> **Supplied records**
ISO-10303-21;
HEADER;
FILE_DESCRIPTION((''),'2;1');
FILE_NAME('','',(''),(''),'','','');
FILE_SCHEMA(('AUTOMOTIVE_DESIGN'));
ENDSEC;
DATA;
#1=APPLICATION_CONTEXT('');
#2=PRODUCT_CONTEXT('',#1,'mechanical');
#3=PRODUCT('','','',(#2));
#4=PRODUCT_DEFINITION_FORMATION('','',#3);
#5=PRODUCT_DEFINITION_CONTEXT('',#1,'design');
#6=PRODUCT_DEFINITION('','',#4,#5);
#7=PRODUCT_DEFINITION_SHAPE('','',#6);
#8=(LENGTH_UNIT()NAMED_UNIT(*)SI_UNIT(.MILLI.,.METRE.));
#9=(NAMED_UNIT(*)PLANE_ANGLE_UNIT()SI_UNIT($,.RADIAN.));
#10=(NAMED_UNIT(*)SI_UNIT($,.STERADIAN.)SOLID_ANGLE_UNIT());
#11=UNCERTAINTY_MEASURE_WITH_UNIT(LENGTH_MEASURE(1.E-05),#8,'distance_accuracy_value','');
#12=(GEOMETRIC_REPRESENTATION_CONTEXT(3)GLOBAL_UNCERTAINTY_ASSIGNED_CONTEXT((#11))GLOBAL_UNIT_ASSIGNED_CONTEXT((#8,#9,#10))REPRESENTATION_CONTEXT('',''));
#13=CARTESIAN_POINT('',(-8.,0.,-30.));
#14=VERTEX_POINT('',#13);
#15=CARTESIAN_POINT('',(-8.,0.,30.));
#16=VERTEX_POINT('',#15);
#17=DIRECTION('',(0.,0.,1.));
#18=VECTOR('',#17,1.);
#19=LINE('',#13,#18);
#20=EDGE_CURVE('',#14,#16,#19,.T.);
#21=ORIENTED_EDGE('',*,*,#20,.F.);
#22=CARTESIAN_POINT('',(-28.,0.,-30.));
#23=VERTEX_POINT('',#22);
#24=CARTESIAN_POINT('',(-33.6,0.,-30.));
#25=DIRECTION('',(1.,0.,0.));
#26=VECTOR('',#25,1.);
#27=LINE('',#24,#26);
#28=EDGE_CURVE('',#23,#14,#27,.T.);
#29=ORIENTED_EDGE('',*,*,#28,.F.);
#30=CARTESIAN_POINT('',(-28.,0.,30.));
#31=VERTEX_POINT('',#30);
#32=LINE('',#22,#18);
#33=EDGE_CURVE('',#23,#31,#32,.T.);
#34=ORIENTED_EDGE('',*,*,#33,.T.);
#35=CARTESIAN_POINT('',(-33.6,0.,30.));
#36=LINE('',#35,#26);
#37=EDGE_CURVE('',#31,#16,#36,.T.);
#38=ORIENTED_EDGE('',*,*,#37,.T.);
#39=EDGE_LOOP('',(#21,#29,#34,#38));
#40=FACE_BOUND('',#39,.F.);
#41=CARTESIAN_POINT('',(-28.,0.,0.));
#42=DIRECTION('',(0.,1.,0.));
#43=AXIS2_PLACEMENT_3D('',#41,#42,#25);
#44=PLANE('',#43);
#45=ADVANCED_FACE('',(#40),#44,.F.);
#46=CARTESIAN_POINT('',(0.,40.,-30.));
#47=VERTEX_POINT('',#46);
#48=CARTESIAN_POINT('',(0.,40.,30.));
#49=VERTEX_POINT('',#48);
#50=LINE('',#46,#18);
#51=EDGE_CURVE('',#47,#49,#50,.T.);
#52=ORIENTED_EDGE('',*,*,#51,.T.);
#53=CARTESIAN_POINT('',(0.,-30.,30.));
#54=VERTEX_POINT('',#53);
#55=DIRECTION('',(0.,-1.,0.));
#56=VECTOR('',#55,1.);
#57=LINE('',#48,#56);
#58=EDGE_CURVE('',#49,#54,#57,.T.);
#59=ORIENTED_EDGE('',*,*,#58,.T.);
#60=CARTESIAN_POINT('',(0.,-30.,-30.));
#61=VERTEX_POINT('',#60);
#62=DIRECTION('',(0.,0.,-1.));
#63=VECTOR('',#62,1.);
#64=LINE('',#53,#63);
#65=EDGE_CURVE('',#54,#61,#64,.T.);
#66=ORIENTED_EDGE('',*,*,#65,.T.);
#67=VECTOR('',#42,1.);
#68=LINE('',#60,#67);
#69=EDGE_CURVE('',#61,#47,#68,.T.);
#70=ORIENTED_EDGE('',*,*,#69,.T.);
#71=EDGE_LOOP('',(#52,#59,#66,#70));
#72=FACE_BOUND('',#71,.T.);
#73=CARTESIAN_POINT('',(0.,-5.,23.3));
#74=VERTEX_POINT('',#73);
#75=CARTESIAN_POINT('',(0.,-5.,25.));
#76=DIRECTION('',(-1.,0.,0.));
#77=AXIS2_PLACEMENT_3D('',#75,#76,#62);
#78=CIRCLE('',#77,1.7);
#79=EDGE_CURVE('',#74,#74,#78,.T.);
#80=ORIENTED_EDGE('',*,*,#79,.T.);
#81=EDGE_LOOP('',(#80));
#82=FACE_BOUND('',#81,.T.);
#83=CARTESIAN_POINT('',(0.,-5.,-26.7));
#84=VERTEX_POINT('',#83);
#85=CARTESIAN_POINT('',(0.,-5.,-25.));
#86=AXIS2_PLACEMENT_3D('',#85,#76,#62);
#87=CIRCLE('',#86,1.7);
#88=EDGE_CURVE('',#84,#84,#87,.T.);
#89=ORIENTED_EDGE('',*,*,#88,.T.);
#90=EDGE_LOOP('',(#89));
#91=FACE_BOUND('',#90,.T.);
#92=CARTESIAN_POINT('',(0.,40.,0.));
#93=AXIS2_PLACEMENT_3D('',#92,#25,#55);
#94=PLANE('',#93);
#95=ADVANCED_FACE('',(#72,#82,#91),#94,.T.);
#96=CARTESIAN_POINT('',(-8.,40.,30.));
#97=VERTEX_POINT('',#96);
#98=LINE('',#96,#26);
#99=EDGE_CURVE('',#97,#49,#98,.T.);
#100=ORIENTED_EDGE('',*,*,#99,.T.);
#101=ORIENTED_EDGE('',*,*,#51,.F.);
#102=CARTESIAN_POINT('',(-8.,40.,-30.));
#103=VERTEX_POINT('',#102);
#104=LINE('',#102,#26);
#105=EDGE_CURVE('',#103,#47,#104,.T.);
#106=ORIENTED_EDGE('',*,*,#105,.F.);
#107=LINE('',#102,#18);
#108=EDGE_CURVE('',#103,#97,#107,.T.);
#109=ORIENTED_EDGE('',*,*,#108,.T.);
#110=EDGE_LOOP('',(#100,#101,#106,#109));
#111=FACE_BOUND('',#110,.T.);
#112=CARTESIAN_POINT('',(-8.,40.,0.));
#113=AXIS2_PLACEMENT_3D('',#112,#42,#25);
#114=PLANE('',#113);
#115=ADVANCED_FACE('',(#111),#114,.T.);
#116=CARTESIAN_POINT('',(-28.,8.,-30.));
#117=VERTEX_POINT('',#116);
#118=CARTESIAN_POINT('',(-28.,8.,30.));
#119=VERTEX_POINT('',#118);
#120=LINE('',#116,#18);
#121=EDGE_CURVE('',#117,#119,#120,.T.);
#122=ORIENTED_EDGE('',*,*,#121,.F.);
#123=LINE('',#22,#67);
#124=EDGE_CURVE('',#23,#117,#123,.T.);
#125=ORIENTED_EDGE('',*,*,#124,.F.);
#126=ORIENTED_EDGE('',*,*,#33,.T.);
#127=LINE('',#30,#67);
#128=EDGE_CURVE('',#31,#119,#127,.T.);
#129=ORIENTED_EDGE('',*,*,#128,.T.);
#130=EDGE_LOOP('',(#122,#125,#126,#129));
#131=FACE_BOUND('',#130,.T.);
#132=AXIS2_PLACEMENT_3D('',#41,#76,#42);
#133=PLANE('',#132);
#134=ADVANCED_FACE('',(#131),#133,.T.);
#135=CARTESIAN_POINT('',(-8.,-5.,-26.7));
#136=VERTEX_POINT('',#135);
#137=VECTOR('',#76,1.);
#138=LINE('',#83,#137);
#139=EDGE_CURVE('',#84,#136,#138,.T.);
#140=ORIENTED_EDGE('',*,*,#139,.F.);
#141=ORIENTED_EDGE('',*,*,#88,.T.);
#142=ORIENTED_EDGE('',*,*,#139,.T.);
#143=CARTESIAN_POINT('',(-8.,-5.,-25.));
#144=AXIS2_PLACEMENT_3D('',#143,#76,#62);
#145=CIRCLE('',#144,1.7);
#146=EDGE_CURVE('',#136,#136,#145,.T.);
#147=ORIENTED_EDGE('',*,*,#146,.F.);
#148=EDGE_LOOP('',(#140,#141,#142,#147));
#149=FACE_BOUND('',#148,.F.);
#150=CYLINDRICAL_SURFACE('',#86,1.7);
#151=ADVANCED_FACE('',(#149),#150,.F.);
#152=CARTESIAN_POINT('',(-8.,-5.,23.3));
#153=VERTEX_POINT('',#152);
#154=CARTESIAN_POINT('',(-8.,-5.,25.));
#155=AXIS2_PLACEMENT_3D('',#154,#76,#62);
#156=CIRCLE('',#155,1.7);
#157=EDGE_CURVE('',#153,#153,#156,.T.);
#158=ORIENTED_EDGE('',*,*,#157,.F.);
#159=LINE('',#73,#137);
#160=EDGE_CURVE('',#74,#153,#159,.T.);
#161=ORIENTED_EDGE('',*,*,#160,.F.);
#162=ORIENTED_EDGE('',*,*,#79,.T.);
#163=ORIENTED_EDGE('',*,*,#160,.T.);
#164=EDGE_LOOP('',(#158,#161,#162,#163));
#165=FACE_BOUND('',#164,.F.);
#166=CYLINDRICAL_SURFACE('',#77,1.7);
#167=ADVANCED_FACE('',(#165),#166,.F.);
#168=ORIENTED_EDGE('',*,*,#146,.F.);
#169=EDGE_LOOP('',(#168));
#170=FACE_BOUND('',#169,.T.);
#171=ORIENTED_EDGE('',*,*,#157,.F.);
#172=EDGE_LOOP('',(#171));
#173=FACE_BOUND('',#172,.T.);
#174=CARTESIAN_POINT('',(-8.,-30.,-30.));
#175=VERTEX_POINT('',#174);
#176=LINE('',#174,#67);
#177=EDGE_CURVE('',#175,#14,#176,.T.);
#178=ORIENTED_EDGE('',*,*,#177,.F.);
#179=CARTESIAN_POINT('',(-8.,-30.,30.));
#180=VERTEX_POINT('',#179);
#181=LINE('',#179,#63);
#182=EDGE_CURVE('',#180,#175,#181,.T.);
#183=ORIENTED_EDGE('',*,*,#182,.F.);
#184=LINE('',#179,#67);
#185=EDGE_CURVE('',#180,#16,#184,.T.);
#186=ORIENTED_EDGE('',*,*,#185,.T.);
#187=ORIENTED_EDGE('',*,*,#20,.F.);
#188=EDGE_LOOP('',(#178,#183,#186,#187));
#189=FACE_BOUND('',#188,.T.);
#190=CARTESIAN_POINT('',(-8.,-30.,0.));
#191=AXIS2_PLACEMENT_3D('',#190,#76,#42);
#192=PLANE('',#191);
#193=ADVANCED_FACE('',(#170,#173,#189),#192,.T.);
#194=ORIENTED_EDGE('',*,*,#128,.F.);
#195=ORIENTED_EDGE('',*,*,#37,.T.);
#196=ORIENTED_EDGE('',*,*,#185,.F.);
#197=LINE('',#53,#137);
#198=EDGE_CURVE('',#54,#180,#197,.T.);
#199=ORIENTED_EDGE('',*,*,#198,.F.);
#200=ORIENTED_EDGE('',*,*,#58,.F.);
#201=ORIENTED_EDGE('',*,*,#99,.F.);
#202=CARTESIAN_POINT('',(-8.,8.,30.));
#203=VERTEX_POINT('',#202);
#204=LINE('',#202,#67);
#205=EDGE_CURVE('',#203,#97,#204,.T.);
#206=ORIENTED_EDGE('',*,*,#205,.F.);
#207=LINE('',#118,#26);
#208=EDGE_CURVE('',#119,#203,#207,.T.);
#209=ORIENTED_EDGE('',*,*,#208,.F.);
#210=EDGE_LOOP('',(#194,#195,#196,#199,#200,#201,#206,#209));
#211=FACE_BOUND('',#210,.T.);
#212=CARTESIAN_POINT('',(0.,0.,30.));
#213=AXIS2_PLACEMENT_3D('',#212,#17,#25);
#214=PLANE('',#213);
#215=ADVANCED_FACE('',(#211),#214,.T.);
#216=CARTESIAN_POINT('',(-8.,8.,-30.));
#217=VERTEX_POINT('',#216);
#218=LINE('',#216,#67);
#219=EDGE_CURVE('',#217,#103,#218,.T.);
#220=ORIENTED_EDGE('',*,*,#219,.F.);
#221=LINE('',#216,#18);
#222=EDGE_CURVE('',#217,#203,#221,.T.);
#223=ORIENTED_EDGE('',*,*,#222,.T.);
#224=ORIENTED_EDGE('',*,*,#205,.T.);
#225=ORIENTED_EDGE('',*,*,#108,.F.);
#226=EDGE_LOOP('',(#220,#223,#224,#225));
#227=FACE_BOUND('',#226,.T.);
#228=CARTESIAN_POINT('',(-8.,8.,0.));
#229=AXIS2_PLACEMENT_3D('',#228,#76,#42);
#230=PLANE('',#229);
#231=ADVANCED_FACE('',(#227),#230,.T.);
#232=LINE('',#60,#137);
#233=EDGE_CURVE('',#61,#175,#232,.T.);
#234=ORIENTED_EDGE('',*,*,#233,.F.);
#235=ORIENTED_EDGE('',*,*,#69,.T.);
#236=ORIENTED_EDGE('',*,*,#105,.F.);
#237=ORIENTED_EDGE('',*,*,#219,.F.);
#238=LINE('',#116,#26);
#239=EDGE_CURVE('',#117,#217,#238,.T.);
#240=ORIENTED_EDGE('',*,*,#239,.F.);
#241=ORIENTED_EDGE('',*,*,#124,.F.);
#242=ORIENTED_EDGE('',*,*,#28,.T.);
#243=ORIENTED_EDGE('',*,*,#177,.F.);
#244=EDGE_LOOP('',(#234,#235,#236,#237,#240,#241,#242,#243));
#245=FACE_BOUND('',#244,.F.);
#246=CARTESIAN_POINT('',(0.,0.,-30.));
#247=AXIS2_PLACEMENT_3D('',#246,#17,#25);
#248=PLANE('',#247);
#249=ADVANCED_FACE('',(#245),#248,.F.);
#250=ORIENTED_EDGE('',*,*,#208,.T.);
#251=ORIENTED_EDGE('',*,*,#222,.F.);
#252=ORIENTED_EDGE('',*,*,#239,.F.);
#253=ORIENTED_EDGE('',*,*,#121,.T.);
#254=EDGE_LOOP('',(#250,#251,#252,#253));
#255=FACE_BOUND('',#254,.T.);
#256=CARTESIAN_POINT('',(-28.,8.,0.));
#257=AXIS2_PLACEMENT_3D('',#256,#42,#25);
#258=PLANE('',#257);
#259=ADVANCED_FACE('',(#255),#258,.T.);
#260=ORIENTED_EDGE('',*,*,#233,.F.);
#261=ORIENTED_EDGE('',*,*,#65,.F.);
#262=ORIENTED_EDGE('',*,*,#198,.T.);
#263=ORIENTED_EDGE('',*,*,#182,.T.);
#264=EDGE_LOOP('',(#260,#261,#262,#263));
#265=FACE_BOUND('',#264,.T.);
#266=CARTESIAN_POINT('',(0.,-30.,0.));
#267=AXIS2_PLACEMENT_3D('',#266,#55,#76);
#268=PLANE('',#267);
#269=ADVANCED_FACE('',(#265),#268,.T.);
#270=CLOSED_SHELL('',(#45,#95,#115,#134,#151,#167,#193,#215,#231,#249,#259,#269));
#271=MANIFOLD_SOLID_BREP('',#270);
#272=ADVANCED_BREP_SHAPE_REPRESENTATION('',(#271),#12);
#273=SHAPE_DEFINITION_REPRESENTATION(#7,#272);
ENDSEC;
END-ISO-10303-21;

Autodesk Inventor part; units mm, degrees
ref_plane "YZ Plane" through (0, 0, 0) normal (1, 0, 0) x (0, 1, 0)
ref_plane "XZ Plane" through (0, 0, 0) normal (0, 1, 0) x (-1, 0, 0)
ref_plane "XY Plane" through (0, 0, 0) normal (0, 0, 1) x (1, 0, 0)
sketch "Skizze1" plane through (0, 0, 0) normal (0, 0, 1) x (1, 0, 0)
  line L0 (0, 54) -> (0, -44) projected
  line L1 (-33.6, 0) -> (5.6, 0) projected
  line L2 (-8, 40) -> (0, 40)
  line L3 (0, 40) -> (0, -30)
  line L4 (0, -30) -> (-8, -30)
  line L5 (-8, -30) -> (-8, 0)
  line L6 (-8, 0) -> (-28, 0)
  line L7 (-28, 0) -> (-28, 8)
  line L8 (-28, 8) -> (-8, 8)
  line L9 (-8, 8) -> (-8, 40)
  point P0 (0, 0)
  dimension "d0" = 70
  dimension "d1" = 8
  dimension "d2" = 20
  dimension "d3" = 8
  dimension "d4" = 40
extrude "Extrusion1" add sketch "Skizze1" along normal mid plane 60
sketch "Skizze2" plane through (0, -30, 30) normal (1, 0, 0) x (0, 0, -1)
  point P0 (30, 30)
sketch "Skizze3" plane through (0, -30, 30) normal (1, 0, 0) x (0, 0, -1)
  line L0 (-12, 30) -> (72, 30) projected
  line L1 (30, -14) -> (30, 84) projected
  line L2 (60, 70) -> (0, 70) projected
  point P0 (30, 30)
  point P1 (5, 25)
  point P2 (55, 25)
  dimension "d7" = 50
  dimension "d8" = 45
hole "Bohrung1" at (0, -5, 25) at (0, -5, -25) direction (-1, 0, 0) diameter 3.4 end through all clearance for "Inbusschraube ISO 4762" size "M3" standard "ISO"
properties part number "25_Laser_adapter"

> **Problem to solve**
What is needed is an exact copy of the entries from their first line down to the line with "#55=DIRECTION('',(0.,-1.,0.));", that line included, and nothing beyond it.

> **Output for this exercise**
ISO-10303-21;
HEADER;
FILE_DESCRIPTION((''),'2;1');
FILE_NAME('','',(''),(''),'','','');
FILE_SCHEMA(('AUTOMOTIVE_DESIGN'));
ENDSEC;
DATA;
#1=APPLICATION_CONTEXT('');
#2=PRODUCT_CONTEXT('',#1,'mechanical');
#3=PRODUCT('','','',(#2));
#4=PRODUCT_DEFINITION_FORMATION('','',#3);
#5=PRODUCT_DEFINITION_CONTEXT('',#1,'design');
#6=PRODUCT_DEFINITION('','',#4,#5);
#7=PRODUCT_DEFINITION_SHAPE('','',#6);
#8=(LENGTH_UNIT()NAMED_UNIT(*)SI_UNIT(.MILLI.,.METRE.));
#9=(NAMED_UNIT(*)PLANE_ANGLE_UNIT()SI_UNIT($,.RADIAN.));
#10=(NAMED_UNIT(*)SI_UNIT($,.STERADIAN.)SOLID_ANGLE_UNIT());
#11=UNCERTAINTY_MEASURE_WITH_UNIT(LENGTH_MEASURE(1.E-05),#8,'distance_accuracy_value','');
#12=(GEOMETRIC_REPRESENTATION_CONTEXT(3)GLOBAL_UNCERTAINTY_ASSIGNED_CONTEXT((#11))GLOBAL_UNIT_ASSIGNED_CONTEXT((#8,#9,#10))REPRESENTATION_CONTEXT('',''));
#13=CARTESIAN_POINT('',(-8.,0.,-30.));
#14=VERTEX_POINT('',#13);
#15=CARTESIAN_POINT('',(-8.,0.,30.));
#16=VERTEX_POINT('',#15);
#17=DIRECTION('',(0.,0.,1.));
#18=VECTOR('',#17,1.);
#19=LINE('',#13,#18);
#20=EDGE_CURVE('',#14,#16,#19,.T.);
#21=ORIENTED_EDGE('',*,*,#20,.F.);
#22=CARTESIAN_POINT('',(-28.,0.,-30.));
#23=VERTEX_POINT('',#22);
#24=CARTESIAN_POINT('',(-33.6,0.,-30.));
#25=DIRECTION('',(1.,0.,0.));
#26=VECTOR('',#25,1.);
#27=LINE('',#24,#26);
#28=EDGE_CURVE('',#23,#14,#27,.T.);
#29=ORIENTED_EDGE('',*,*,#28,.F.);
#30=CARTESIAN_POINT('',(-28.,0.,30.));
#31=VERTEX_POINT('',#30);
#32=LINE('',#22,#18);
#33=EDGE_CURVE('',#23,#31,#32,.T.);
#34=ORIENTED_EDGE('',*,*,#33,.T.);
#35=CARTESIAN_POINT('',(-33.6,0.,30.));
#36=LINE('',#35,#26);
#37=EDGE_CURVE('',#31,#16,#36,.T.);
#38=ORIENTED_EDGE('',*,*,#37,.T.);
#39=EDGE_LOOP('',(#21,#29,#34,#38));
#40=FACE_BOUND('',#39,.F.);
#41=CARTESIAN_POINT('',(-28.,0.,0.));
#42=DIRECTION('',(0.,1.,0.));
#43=AXIS2_PLACEMENT_3D('',#41,#42,#25);
#44=PLANE('',#43);
#45=ADVANCED_FACE('',(#40),#44,.F.);
#46=CARTESIAN_POINT('',(0.,40.,-30.));
#47=VERTEX_POINT('',#46);
#48=CARTESIAN_POINT('',(0.,40.,30.));
#49=VERTEX_POINT('',#48);
#50=LINE('',#46,#18);
#51=EDGE_CURVE('',#47,#49,#50,.T.);
#52=ORIENTED_EDGE('',*,*,#51,.T.);
#53=CARTESIAN_POINT('',(0.,-30.,30.));
#54=VERTEX_POINT('',#53);
#55=DIRECTION('',(0.,-1.,0.));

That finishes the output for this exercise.